I get no sides at all, but as said above, it is always sensible to have something on hand, just in case.


----------



## TypeR (May 28, 2004)

dbol no real props but oxy and methyl mst, i need to use tomoxifen with i just run it from the start at 20mg no matter what i use now.

Ben


----------



## Aftershock (Jan 28, 2004)

Just have Nova on hand in case mate, no one can predict how you will react. Id say you would be unfortunate to have gyno off that cycle but you could be one of the unlucky ones.

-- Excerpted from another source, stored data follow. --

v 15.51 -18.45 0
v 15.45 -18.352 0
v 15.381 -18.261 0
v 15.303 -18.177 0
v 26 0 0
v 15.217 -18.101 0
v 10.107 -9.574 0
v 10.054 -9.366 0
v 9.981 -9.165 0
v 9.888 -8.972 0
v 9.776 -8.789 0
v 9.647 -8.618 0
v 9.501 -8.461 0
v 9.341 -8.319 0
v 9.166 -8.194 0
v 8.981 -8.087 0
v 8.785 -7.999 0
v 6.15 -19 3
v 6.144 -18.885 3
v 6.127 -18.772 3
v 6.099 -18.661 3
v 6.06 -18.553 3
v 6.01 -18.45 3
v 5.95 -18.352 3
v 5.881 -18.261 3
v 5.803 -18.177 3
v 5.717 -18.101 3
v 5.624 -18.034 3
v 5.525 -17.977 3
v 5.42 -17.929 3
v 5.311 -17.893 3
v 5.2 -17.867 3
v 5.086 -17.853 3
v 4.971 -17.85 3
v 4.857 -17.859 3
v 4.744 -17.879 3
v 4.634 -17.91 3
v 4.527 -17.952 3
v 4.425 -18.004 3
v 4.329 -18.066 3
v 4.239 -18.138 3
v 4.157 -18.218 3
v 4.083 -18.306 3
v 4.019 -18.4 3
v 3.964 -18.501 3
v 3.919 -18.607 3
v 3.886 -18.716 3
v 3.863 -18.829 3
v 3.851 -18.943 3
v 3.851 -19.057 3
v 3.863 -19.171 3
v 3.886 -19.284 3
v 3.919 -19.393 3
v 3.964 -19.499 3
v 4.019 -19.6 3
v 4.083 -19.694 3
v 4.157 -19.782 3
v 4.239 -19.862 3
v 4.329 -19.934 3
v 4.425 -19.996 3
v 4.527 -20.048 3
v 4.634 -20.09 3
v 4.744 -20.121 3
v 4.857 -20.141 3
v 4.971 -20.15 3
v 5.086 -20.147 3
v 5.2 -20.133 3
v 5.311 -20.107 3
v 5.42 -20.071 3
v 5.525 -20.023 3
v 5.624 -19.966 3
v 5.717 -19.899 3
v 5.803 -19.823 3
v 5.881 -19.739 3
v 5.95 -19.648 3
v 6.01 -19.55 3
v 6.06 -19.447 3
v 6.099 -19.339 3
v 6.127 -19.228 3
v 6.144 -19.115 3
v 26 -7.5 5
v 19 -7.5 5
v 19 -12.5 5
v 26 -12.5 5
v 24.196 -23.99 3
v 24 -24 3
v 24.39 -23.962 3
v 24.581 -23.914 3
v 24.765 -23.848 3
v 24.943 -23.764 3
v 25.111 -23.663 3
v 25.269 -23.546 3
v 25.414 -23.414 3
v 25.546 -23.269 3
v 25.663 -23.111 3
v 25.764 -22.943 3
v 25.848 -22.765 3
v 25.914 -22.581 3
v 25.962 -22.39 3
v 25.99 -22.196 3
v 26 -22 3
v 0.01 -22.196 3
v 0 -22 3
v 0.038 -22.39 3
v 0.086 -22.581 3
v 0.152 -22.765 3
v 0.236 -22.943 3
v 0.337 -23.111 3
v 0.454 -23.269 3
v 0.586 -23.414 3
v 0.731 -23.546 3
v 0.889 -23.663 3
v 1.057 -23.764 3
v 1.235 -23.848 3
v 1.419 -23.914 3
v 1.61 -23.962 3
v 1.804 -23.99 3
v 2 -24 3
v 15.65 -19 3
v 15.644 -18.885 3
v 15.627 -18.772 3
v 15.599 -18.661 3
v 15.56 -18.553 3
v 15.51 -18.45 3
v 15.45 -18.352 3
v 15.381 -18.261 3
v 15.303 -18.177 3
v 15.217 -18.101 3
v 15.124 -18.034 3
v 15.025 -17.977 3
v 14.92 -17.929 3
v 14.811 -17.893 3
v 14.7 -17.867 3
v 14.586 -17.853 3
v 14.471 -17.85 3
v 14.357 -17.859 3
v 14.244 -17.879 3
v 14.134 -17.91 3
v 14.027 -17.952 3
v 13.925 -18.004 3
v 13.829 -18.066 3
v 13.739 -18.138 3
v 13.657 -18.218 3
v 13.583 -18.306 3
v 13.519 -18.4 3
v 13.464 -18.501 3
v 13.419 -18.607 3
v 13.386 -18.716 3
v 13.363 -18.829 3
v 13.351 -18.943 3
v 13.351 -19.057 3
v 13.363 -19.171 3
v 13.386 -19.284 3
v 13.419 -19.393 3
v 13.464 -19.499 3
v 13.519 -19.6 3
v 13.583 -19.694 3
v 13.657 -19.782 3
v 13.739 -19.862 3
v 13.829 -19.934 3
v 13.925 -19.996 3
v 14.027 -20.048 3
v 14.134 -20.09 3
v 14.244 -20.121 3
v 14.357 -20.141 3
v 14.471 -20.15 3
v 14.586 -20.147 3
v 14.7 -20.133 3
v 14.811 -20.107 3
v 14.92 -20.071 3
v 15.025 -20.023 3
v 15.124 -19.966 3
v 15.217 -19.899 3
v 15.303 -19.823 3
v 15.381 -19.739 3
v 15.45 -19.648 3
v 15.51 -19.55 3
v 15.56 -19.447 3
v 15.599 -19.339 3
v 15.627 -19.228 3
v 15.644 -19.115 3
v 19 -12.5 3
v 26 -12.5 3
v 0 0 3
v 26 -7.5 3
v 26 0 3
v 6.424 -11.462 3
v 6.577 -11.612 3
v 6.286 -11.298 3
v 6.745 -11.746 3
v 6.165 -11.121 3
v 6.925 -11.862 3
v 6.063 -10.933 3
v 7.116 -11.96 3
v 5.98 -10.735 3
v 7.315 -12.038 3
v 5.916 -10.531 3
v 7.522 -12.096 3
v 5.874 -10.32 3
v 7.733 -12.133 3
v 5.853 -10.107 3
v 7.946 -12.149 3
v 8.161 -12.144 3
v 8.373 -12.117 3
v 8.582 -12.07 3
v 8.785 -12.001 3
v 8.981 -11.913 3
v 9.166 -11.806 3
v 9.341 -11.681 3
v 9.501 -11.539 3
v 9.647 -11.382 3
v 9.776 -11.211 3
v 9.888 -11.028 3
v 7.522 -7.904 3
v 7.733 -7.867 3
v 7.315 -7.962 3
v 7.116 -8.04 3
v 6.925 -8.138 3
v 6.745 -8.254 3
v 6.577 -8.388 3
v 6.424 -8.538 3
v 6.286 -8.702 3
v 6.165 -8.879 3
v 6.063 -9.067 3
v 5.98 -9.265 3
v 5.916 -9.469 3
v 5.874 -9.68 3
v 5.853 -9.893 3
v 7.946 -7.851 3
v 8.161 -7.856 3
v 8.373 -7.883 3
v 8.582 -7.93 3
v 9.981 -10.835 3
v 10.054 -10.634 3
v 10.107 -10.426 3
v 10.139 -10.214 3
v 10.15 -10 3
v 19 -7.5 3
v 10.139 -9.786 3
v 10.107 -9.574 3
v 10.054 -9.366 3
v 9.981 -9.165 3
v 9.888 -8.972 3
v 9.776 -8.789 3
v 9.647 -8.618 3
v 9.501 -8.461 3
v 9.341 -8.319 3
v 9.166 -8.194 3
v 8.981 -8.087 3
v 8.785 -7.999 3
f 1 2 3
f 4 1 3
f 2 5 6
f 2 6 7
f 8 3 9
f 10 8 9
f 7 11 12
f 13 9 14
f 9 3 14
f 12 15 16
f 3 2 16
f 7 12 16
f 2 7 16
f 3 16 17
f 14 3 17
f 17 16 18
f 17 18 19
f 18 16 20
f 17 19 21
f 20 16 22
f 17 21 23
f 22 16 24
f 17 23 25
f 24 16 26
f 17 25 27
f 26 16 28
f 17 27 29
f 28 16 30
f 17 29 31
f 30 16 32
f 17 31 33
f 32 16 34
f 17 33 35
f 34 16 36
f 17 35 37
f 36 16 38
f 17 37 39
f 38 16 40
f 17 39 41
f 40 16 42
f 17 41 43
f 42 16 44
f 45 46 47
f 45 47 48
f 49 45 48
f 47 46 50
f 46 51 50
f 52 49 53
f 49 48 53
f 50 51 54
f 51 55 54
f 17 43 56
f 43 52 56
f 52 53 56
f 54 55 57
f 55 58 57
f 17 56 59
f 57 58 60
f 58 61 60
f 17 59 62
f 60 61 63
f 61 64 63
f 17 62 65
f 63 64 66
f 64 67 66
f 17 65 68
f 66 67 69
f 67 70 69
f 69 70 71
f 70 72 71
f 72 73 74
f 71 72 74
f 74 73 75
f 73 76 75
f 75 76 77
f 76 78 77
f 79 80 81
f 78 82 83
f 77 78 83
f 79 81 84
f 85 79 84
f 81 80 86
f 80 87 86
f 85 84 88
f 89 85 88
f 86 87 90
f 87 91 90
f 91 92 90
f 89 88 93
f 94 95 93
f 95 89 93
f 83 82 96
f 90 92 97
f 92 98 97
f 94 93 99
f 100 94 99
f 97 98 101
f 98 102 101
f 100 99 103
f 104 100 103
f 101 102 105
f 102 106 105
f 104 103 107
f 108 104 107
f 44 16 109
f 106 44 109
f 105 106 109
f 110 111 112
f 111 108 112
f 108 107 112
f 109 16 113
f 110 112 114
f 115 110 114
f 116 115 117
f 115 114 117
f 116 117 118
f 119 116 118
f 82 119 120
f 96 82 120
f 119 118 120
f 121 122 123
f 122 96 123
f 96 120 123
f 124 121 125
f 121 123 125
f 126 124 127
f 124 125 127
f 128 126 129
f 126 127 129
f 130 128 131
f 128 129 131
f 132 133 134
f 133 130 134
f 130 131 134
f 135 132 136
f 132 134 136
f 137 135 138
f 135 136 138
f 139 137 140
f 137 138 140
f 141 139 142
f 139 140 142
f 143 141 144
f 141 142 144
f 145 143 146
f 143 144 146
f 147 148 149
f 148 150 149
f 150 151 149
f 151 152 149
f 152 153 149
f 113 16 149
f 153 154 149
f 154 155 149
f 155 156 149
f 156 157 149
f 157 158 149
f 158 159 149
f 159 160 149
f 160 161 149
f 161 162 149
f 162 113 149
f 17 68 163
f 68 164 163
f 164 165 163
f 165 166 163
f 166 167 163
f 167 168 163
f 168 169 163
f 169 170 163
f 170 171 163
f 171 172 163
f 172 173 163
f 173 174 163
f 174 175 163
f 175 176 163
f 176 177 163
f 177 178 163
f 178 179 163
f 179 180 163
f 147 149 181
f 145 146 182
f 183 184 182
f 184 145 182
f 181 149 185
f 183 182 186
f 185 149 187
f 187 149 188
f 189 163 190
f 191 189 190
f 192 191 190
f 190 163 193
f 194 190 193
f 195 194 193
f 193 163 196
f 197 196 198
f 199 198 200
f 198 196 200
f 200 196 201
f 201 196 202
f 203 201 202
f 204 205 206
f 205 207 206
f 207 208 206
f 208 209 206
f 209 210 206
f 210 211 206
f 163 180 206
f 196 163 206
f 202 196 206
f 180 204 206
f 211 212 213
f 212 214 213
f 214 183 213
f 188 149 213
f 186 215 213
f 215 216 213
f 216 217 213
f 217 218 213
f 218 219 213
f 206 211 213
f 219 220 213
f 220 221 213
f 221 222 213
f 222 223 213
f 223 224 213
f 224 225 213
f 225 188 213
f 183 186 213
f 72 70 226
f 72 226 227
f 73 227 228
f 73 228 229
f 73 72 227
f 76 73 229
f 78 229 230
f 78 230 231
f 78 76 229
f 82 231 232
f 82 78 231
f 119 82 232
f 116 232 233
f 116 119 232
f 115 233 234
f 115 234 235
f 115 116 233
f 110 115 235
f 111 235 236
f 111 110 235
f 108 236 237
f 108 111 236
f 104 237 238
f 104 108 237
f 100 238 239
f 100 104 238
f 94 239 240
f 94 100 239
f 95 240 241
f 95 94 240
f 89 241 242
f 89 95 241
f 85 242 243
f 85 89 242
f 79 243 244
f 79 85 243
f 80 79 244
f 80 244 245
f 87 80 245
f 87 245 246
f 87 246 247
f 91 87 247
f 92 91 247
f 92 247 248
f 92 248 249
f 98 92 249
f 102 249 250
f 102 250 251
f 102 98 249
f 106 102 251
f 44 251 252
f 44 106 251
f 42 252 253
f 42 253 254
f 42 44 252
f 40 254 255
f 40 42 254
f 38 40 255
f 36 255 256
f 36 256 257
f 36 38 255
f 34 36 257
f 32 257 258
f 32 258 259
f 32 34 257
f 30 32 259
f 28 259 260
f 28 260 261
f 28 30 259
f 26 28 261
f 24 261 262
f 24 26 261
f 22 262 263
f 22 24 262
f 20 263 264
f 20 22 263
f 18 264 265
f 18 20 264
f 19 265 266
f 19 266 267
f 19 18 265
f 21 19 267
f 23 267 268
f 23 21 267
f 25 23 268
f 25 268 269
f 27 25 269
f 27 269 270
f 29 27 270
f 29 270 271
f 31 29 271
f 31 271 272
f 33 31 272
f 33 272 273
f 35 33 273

You will need Nova for PCT anyway, I'm assuming you know about PCT?


----------



## niknaknok (Jun 10, 2007)

yeah mate some people seem to get gyno lookin at d bol and some can take for months with nothing i dont know why i hope your one that dont like people have said have nolva to hand and keep checking hope it goes ok


----------



## The Rave (Jun 1, 2007)

IT IS A FACT THAT DBOL CAN GIVE YOU GYNO, IT IS POSSIBLE ON ANY DOSE, HOWEVER IT IS UNLIKELY ON A DOSE OF 20MG OR LESS.

YOU MUST HAVE NOLVA ON HAND TO USE IF ANY GYNO SHOULD START TO APPEAR. I HAVE HEARD THAT IF GYNO STARTS TO SHOW ITSELF WHILE ON CYCLE YOU SHOULD TAKE 60MG NOLVA IMMEDIATELY, 40MG THE DAY AFTER AND 20MG FOR THE REST OF THE CYCLE.

IM SURE OTHER PEOPLE ON THIS FORUM ARE MORE KNOLEDGEABLE THAN ME AND CAN CONFIRM/COMMENT ON THIS!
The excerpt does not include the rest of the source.